How long this peaceful integration of society will last is a question. The settlement patterns of Madras show a marked increase in slums and populations under the poverty line. Some of these slums are village communities which grew and were absorbed into urban Madras, and the environment. Though physically degraded, they are psychologically supportive of children and family ties. Others are not, but I cannot judge to what extent any of these families or settlements are able to access the opportunities of modernization. I am no longer in touch with these communities as I was when I worked on environment and malaria campaigns throughout the length and breadth of the city. I fear the anonymity that comes with high-rise, modern urban living of the western variety.

 

 

What has influenced me is the bright, attentive eyes filled with anticipation of the young children I have seen in the many city schools of Madras. It was into these school classrooms that I, with the untiring enthusiasm of V.R. Devika, brought in both classical and the folk performing art performances under the auspices of the Madras Craft Foundation from 1987 to1996. The MCF goal was to create an awareness of the rich diversity of the cultural forms of the South of India in the public and in the city schools. With INTACH’s intervention for the preservation of the environment and the built heritage, I, as the INTACH Tamil Nadu convener for 14 years, initiated a larger environment and cultural preservation programme for the city.

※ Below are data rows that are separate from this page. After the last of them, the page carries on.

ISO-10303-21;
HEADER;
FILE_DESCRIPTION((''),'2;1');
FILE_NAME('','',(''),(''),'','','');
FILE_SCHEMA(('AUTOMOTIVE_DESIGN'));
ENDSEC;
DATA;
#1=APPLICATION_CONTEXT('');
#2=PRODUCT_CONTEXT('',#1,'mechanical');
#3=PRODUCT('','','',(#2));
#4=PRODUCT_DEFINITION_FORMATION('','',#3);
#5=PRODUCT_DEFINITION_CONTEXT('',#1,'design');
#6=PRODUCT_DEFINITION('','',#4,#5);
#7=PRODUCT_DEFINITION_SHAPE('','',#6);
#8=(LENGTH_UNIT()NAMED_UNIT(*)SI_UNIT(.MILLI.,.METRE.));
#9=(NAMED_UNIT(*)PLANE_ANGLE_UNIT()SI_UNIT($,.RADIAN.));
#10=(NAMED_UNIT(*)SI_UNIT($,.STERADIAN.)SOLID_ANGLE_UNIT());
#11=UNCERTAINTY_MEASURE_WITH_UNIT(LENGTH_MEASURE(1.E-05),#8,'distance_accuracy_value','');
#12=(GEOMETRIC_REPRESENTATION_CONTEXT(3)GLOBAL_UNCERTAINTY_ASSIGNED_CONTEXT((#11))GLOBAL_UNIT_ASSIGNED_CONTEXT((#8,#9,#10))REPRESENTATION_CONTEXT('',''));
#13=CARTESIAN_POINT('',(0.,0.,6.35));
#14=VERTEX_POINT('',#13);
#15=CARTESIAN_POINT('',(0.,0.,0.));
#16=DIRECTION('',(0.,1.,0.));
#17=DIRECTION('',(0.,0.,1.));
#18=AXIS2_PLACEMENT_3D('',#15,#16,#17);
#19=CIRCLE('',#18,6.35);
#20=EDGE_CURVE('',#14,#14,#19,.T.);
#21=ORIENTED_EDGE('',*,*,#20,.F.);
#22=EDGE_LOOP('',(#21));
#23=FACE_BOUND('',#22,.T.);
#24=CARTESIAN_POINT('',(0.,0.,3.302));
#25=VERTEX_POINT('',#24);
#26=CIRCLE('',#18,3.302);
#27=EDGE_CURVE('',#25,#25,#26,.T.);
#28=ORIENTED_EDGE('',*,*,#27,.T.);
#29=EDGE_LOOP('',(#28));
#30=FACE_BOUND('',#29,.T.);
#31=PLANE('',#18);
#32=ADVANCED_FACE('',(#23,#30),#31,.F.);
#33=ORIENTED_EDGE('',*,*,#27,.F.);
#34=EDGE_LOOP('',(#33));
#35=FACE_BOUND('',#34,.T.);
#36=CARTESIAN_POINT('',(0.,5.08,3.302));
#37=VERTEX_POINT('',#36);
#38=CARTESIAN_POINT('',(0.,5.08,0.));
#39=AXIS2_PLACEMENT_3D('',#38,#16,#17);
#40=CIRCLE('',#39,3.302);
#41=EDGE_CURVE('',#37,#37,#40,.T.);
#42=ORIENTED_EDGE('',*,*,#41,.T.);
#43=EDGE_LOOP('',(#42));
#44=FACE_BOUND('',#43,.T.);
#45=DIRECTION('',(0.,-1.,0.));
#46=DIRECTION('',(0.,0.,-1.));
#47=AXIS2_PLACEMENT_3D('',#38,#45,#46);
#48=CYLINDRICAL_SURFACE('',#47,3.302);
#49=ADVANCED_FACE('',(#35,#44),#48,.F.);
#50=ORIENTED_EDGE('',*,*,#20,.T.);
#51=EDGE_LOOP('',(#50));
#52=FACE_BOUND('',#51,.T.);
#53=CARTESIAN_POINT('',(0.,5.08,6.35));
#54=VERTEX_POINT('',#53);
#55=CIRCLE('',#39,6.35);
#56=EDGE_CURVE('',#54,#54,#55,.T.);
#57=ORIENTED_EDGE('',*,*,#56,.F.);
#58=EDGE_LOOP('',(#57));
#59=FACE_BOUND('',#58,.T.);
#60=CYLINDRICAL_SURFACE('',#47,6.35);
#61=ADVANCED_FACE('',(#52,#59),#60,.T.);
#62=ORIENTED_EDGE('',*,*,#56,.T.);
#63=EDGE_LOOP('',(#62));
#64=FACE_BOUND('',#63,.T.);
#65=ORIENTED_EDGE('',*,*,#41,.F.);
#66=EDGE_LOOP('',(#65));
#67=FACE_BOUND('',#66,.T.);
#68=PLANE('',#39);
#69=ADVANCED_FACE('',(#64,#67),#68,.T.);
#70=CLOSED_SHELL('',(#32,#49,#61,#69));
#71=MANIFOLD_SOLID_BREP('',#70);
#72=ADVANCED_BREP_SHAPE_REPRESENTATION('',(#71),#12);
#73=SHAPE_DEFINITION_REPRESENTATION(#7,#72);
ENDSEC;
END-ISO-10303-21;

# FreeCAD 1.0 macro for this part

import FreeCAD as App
import Part
import Sketcher

V = App.Vector
Q = App.Units.Quantity

doc = App.newDocument("Part")
body = doc.addObject("PartDesign::Body", "Body")

# Sketch on XZ plane
sketch1 = body.newObject("Sketcher::SketchObject", "Sketch")
sketch1.AttachmentSupport = (doc.getObject("XZ_Plane"), [""])
sketch1.MapMode = "FlatFace"
sketch1.addGeometry([
    Part.Circle(V(0, 0, 0), V(0, 0, 1), 6.3),
    Part.Circle(V(0, 0, 0), V(0, 0, 1), 3.3),
], False)
sketch1.addConstraint([
    Sketcher.Constraint("Coincident", 0, 3, -1, 1),
    Sketcher.Constraint("Coincident", 1, 3, -1, 1),
    Sketcher.Constraint("Diameter", 0, Q("0.5 in")),
    Sketcher.Constraint("Diameter", 1, Q("0.26 in")),
])
pad1 = body.newObject("PartDesign::Pad", "Pad")
pad1.Profile = sketch1
pad1.Length = Q("0.2 in")
pad1.Reversed = True

doc.recompute()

But as cultural as Madras is, it has still to acknowledge the importance of its built and visual heritage, (even in 2004). Neither politicians nor bureaucrats have passed or supported heritage legislation to protect a single building, and protection, case by case, must still run through a court of law. The struggle to protect the built heritage, worldwide, must begin at the grassroots level with enough people clamouring for their right to their heritage and history over the demands of development for profit.

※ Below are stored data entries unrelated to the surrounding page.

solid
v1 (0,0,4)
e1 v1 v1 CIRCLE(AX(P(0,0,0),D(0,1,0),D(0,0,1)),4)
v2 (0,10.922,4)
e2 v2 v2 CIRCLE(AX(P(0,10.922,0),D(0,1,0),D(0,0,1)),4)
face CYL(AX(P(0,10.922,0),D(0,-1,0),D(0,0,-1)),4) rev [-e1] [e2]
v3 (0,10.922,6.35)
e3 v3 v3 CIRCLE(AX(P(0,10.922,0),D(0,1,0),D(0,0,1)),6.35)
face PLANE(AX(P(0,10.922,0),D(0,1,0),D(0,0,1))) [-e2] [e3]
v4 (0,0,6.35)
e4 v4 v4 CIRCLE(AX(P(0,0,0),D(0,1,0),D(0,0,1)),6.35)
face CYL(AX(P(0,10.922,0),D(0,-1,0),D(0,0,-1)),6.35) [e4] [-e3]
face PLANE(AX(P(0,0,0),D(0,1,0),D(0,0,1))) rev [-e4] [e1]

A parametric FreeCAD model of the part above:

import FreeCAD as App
import Part
import Sketcher
from FreeCAD import Vector
Q = App.Units.Quantity

doc = App.newDocument("Part")
body = doc.addObject("PartDesign::Body", "Body")

# Sketch on XZ plane
sketch1 = body.newObject("Sketcher::SketchObject", "Sketch")
sketch1.AttachmentSupport = (doc.getObject("XZ_Plane"), [""])
sketch1.MapMode = "FlatFace"
sketch1.addGeometry(Part.Circle(Vector(0, 0, 0), Vector(0, 0, 1), 6.35), False)
sketch1.addGeometry(Part.Circle(Vector(0, 0, 0), Vector(0, 0, 1), 4), False)
sketch1.addConstraint(Sketcher.Constraint("Coincident", 0, 3, -1, 1))
sketch1.addConstraint(Sketcher.Constraint("Coincident", 1, 3, -1, 1))
sketch1.addConstraint(Sketcher.Constraint("Diameter", 0, Q("0.5 in")))
sketch1.addConstraint(Sketcher.Constraint("Diameter", 1, 8.0))
pad1 = body.newObject("PartDesign::Pad", "Pad")
pad1.Profile = sketch1
pad1.Length = Q("0.43 in")
pad1.Reversed = True

doc.recompute()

But in Madras only a handful of citizens were sufficiently concerned to be actively involved in fighting for this protection of the heritage. And so, the DakshinaChitra project I had conceived in 1984 of creating a museum for the promotion of the crafts, textiles and folk performing arts, grew into a larger conceptual project for the creation of awareness and promotion of the architecture and arts of the everyday lives of the diverse peoples of South India.

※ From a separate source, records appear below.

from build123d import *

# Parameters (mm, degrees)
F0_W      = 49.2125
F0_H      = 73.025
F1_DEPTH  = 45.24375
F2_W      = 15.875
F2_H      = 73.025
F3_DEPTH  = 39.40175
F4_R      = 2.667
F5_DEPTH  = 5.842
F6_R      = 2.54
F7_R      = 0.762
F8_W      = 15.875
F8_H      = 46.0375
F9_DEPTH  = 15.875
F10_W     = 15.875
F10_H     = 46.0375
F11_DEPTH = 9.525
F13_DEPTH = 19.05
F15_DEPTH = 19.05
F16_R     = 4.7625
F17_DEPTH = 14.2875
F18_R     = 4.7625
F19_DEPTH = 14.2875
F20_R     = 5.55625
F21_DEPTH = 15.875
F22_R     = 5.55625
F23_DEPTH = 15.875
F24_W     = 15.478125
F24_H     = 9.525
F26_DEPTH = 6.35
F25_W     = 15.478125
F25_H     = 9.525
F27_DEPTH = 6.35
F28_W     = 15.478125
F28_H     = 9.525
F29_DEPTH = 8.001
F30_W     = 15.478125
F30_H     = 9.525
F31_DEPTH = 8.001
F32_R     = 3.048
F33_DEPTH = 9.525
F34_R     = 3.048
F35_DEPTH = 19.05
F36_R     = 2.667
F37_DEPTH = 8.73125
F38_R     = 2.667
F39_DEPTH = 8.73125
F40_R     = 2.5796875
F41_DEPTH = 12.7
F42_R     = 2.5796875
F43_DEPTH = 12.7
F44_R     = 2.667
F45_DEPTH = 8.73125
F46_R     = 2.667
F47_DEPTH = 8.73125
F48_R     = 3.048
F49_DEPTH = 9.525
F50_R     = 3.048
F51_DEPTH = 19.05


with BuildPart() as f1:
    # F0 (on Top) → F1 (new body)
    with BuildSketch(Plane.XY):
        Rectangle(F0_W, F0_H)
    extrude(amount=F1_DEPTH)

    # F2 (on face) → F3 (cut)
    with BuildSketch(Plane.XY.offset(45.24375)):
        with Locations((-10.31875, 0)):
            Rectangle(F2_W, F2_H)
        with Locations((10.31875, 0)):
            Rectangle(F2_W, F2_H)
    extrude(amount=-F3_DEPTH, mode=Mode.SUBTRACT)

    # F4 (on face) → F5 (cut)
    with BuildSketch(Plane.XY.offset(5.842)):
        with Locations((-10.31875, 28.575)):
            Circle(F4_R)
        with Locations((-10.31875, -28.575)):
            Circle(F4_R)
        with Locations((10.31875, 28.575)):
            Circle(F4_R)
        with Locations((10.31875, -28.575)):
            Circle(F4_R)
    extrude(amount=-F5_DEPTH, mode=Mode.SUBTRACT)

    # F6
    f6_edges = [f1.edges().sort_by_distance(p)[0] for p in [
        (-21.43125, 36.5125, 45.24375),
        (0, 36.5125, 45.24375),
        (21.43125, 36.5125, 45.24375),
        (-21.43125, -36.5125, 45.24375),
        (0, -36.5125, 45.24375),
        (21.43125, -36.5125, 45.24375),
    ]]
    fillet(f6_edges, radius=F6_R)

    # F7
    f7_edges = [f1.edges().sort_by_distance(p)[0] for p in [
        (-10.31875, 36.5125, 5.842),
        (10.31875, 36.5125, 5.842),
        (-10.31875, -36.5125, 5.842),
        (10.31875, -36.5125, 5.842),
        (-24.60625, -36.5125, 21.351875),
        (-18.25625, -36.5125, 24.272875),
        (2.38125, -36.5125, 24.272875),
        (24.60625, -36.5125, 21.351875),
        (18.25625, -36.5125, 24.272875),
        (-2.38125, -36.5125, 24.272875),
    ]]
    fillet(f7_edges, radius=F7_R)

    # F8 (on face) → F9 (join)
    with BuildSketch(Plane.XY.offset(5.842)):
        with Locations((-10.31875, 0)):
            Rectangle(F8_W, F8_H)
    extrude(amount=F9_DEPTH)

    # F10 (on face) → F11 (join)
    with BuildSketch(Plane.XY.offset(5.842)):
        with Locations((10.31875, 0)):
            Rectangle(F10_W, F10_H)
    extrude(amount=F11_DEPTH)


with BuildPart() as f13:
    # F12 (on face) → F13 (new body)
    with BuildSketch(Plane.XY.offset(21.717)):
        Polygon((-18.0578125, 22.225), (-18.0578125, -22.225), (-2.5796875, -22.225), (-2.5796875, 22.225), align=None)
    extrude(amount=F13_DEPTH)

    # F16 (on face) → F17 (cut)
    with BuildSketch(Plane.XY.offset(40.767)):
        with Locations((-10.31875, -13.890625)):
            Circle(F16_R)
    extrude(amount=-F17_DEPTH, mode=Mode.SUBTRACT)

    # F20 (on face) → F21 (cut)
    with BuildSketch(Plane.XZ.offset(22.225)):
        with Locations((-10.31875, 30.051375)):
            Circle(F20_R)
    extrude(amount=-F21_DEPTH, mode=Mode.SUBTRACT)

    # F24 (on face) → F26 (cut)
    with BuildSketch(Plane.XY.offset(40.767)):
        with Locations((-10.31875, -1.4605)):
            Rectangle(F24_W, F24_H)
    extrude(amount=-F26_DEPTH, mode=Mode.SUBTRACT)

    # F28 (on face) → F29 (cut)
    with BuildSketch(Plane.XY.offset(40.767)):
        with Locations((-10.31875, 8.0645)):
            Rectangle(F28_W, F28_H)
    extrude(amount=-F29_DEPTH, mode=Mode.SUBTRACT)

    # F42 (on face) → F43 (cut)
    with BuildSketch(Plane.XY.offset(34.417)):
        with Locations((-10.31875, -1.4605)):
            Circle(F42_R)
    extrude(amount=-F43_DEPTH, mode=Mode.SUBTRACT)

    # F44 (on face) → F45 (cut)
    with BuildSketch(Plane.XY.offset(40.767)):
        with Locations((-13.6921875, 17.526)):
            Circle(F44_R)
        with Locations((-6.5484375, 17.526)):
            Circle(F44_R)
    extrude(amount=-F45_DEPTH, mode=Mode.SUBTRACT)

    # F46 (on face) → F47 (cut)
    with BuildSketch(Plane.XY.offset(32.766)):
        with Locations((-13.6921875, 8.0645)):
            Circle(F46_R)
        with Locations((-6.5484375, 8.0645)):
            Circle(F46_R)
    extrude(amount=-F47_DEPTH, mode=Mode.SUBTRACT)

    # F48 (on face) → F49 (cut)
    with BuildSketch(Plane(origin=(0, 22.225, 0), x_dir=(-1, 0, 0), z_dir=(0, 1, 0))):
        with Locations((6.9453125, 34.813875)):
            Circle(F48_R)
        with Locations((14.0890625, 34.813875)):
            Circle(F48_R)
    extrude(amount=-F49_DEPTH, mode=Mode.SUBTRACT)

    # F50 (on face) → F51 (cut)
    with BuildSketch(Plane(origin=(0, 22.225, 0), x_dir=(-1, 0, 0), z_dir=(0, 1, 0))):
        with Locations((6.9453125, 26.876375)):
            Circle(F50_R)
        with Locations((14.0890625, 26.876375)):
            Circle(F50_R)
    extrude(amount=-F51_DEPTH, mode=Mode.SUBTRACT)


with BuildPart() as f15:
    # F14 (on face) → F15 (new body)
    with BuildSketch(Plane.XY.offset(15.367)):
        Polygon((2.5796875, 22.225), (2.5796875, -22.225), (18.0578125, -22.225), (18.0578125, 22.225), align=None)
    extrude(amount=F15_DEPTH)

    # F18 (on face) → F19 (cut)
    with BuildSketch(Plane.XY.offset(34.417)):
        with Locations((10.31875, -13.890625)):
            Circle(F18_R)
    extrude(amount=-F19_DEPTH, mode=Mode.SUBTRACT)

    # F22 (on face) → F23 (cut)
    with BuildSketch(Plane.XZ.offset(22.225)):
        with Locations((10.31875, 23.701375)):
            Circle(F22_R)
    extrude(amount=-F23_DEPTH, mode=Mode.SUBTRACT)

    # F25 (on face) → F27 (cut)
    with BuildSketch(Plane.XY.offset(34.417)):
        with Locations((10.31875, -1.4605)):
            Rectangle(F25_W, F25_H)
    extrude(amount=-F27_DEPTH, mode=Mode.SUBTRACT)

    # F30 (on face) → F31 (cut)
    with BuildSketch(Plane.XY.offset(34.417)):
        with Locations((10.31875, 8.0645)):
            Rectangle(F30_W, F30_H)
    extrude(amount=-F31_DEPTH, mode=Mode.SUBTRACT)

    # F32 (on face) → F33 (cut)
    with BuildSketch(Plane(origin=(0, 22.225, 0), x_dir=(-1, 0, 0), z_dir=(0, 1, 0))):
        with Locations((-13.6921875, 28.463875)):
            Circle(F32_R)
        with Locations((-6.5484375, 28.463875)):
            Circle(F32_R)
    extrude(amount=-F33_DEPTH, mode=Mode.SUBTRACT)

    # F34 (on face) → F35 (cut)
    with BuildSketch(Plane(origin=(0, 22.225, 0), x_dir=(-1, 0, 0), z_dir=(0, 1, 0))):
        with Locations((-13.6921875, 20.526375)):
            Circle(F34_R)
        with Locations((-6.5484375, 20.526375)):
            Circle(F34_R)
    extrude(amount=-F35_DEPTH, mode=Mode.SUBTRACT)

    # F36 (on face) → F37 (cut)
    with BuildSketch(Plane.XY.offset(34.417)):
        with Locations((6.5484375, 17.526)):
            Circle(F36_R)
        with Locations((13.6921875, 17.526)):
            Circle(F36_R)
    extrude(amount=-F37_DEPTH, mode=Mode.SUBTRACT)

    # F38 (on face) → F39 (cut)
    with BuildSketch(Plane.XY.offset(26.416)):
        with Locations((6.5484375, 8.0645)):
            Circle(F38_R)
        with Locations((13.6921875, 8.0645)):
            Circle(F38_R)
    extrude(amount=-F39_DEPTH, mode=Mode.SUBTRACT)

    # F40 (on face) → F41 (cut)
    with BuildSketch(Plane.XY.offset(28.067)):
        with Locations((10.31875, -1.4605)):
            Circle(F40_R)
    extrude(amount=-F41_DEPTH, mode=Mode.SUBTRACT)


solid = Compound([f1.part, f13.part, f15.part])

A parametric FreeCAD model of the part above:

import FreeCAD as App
import Part
import Sketcher

V = App.Vector
Q = App.Units.Quantity


def edges_at(feature, points):
    """Names of the edges that pass closest to the given points."""
    edges = feature.Shape.Edges
    near = lambda p: min(range(len(edges)), key=lambda i: edges[i].distToShape(Part.Vertex(*p))[0])
    return sorted({f"Edge{near(p) + 1}" for p in points})


def add_polygon(sketch, points):
    """Adds a closed chain of lines whose ends are joined by coincident constraints."""
    first, n = sketch.GeometryCount, len(points)
    for a, b in zip(points, points[1:] + points[:1]):
        sketch.addGeometry(Part.LineSegment(App.Vector(*a, 0), App.Vector(*b, 0)), False)
    for i in range(n):
        sketch.addConstraint(Sketcher.Constraint("Coincident", first + i, 2, first + (i + 1) % n, 1))

doc = App.newDocument("Part")
params = doc.addObject("Spreadsheet::Sheet", "Params")
for row, (alias, value) in enumerate([
    ("sketch1_width", "1.9375 in"),
    ("sketch1_height", "2.875 in"),
    ("pad1_length", "1.78125 in"),
    ("sketch2_width", "0.625 in"),
    ("sketch2_height", "2.875 in"),
    ("pocket1_length", "39.40175 mm"),
    ("sketch3_diameter", "0.21 in"),
    ("pocket2_length", "0.23 in"),
    ("fillet_radius", "0.1 in"),
    ("fillet2_radius", "0.03 in"),
    ("sketch4_width", "0.625 in"),
    ("sketch4_height", "1.8125 in"),
    ("pad2_length", "0.625 in"),
    ("sketch5_width", "0.625 in"),
    ("sketch5_height", "1.8125 in"),
    ("pad3_length", "0.375 in"),
    ("sketch6_height", "1.75 in"),
    ("sketch6_width", "0.609375 in"),
    ("pad4_length", "0.75 in"),
    ("sketch7_diameter", "0.375 in"),
    ("pocket3_length", "0.5625 in"),
    ("sketch8_diameter", "0.4375 in"),
    ("pocket4_length", "0.625 in"),
    ("sketch9_width", "0.609375 in"),
    ("sketch9_height", "0.375 in"),
    ("pocket5_length", "0.25 in"),
    ("sketch10_width", "0.609375 in"),
    ("sketch10_height", "0.375 in"),
    ("pocket6_length", "0.315 in"),
    ("sketch11_diameter", "0.203125 in"),
    ("pocket7_length", "0.5 in"),
    ("sketch12_diameter", "0.21 in"),
    ("pocket8_length", "0.34375 in"),
    ("sketch13_diameter", "0.21 in"),
    ("pocket9_length", "0.34375 in"),
    ("sketch14_diameter", "0.24 in"),
    ("pocket10_length", "0.375 in"),
    ("sketch15_diameter", "0.24 in"),
    ("pocket11_length", "0.75 in"),
    ("sketch16_height", "1.75 in"),
    ("sketch16_width", "0.609375 in"),
    ("pad5_length", "0.75 in"),
    ("sketch17_diameter", "0.375 in"),
    ("pocket12_length", "0.5625 in"),
    ("sketch18_diameter", "0.4375 in"),
    ("pocket13_length", "0.625 in"),
    ("sketch19_width", "0.609375 in"),
    ("sketch19_height", "0.375 in"),
    ("pocket14_length", "0.25 in"),
    ("sketch20_width", "0.609375 in"),
    ("sketch20_height", "0.375 in"),
    ("pocket15_length", "0.315 in"),
    ("sketch21_diameter", "0.24 in"),
    ("pocket16_length", "0.375 in"),
    ("sketch22_diameter", "0.24 in"),
    ("pocket17_length", "0.75 in"),
    ("sketch23_diameter", "0.21 in"),
    ("pocket18_length", "0.34375 in"),
    ("sketch24_diameter", "0.21 in"),
    ("pocket19_length", "0.34375 in"),
    ("sketch25_diameter", "0.203125 in"),
    ("pocket20_length", "0.5 in"),
], start=1):
    params.set(f"A{row}", alias)
    params.set(f"B{row}", "=" + value)
    params.setAlias(f"B{row}", alias)

body = doc.addObject("PartDesign::Body", "Body")

# Sketch on XY plane
sketch1 = doc.addObject("Sketcher::SketchObject", "Sketch")
body.addObject(sketch1)
sketch1.AttachmentSupport = (doc.XY_Plane, [""])
sketch1.MapMode = "FlatFace"
add_polygon(sketch1, [(-25, 37), (-25, -37), (25, -37), (25, 37)])  # lines 0-3
sketch1.addConstraint([
    Sketcher.Constraint("Vertical", 0),
    Sketcher.Constraint("Horizontal", 1),
    Sketcher.Constraint("Vertical", 2),
    Sketcher.Constraint("Horizontal", 3),
    Sketcher.Constraint("Symmetric", 0, 2, 2, 2, -1, 1),
    Sketcher.Constraint("DistanceX", 1, 1, 1, 2, Q("1.9375 in")),
    Sketcher.Constraint("DistanceY", 0, 2, 0, 1, Q("2.875 in")),
])
sketch1.setExpression("Constraints[9]", "Params.sketch1_width")
sketch1.setExpression("Constraints[10]", "Params.sketch1_height")
pad1 = doc.addObject("PartDesign::Pad", "Pad")
body.addObject(pad1)
pad1.Profile = sketch1
pad1.setExpression("Length", "Params.pad1_length")

# Sketch on XY plane
sketch2 = doc.addObject("Sketcher::SketchObject", "Sketch001")
body.addObject(sketch2)
sketch2.AttachmentSupport = (doc.XY_Plane, [""])
sketch2.MapMode = "FlatFace"
sketch2.AttachmentOffset = App.Placement(V(0, 0, 1.78125 * 25.4), App.Rotation())
add_polygon(sketch2, [(-18, 37), (-18, -37), (-2, -37), (-2, 37)])  # lines 0-3
add_polygon(sketch2, [(2, 37), (2, -37), (18, -37), (18, 37)])  # lines 4-7
sketch2.addConstraint([
    Sketcher.Constraint("Vertical", 0),
    Sketcher.Constraint("Horizontal", 1),
    Sketcher.Constraint("Vertical", 2),
    Sketcher.Constraint("Horizontal", 3),
    Sketcher.Constraint("Vertical", 4),
    Sketcher.Constraint("Horizontal", 5),
    Sketcher.Constraint("Vertical", 6),
    Sketcher.Constraint("Horizontal", 7),
    Sketcher.Constraint("Symmetric", 2, 2, 4, 2, -1, 1),
    Sketcher.Constraint("Symmetric", 0, 2, 6, 2, -1, 1),
    Sketcher.Constraint("Horizontal", 1, 2, 4, 2),
    Sketcher.Constraint("DistanceX", 1, 1, 1, 2, Q("0.625 in")),
    Sketcher.Constraint("DistanceY", 0, 2, 0, 1, Q("2.875 in")),
    Sketcher.Constraint("DistanceX", 0, 2, -1, 1, Q("0.71875 in")),
])
sketch2.setExpression("Constraints[19]", "Params.sketch2_width")
sketch2.setExpression("Constraints[20]", "Params.sketch2_height")
pocket1 = doc.addObject("PartDesign::Pocket", "Pocket")
body.addObject(pocket1)
pocket1.Profile = sketch2
pocket1.setExpression("Length", "Params.pocket1_length")

# Sketch on XY plane
sketch3 = doc.addObject("Sketcher::SketchObject", "Sketch002")
body.addObject(sketch3)
sketch3.AttachmentSupport = (doc.XY_Plane, [""])
sketch3.MapMode = "FlatFace"
sketch3.AttachmentOffset = App.Placement(V(0, 0, 0.23 * 25.4), App.Rotation())
sketch3.addGeometry([
    Part.Circle(V(-10.3, 28.6, 0), V(0, 0, 1), 2.7),
    Part.Circle(V(-10.3, -28.6, 0), V(0, 0, 1), 2.7),
    Part.Circle(V(10.3, 28.6, 0), V(0, 0, 1), 2.7),
    Part.Circle(V(10.3, -28.6, 0), V(0, 0, 1), 2.7),
], False)
sketch3.addConstraint([
    Sketcher.Constraint("Equal", 0, 1),
    Sketcher.Constraint("Equal", 1, 2),
    Sketcher.Constraint("Equal", 2, 3),
    Sketcher.Constraint("Symmetric", 1, 3, 2, 3, -1, 1),
    Sketcher.Constraint("Symmetric", 0, 3, 3, 3, -1, 1),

DakshinaChitra born as a concept in 1984, opened to the public in December 1996, and continues to evolve both in its programmes, exhibitions and institutional framework. It is a gift of Madras to Madras, the sustained work of all the people who volunteered their time and their effort, many in training me to be able to guide and sustain and persevere in the creation of DakshinaChitra, and many who joined the project out of their commitment to the significance of their culture.

 

 

Madras is inspiring. Dakshina-Chitra took root because Madras is a fertile Mecca for cultural projects. The public has also embraced the centre and we now have the wider Tamil middle class visiting, enjoying the reconnection to their rural roots, its architecture, folk performers and artisans. If DakshinaChitra continues to be a catalyst for new ways of looking at the past, at heritage and at its connection to the future, I will be rewarded. After all, only in Madras would the public, even the state government who gave the land, have encouraged and nudged a now, not so young American girl to embark on and accomplish a project she had barely envisioned 20 years back. A project which grew out of the way Madras and Tamil Nadu embraced her.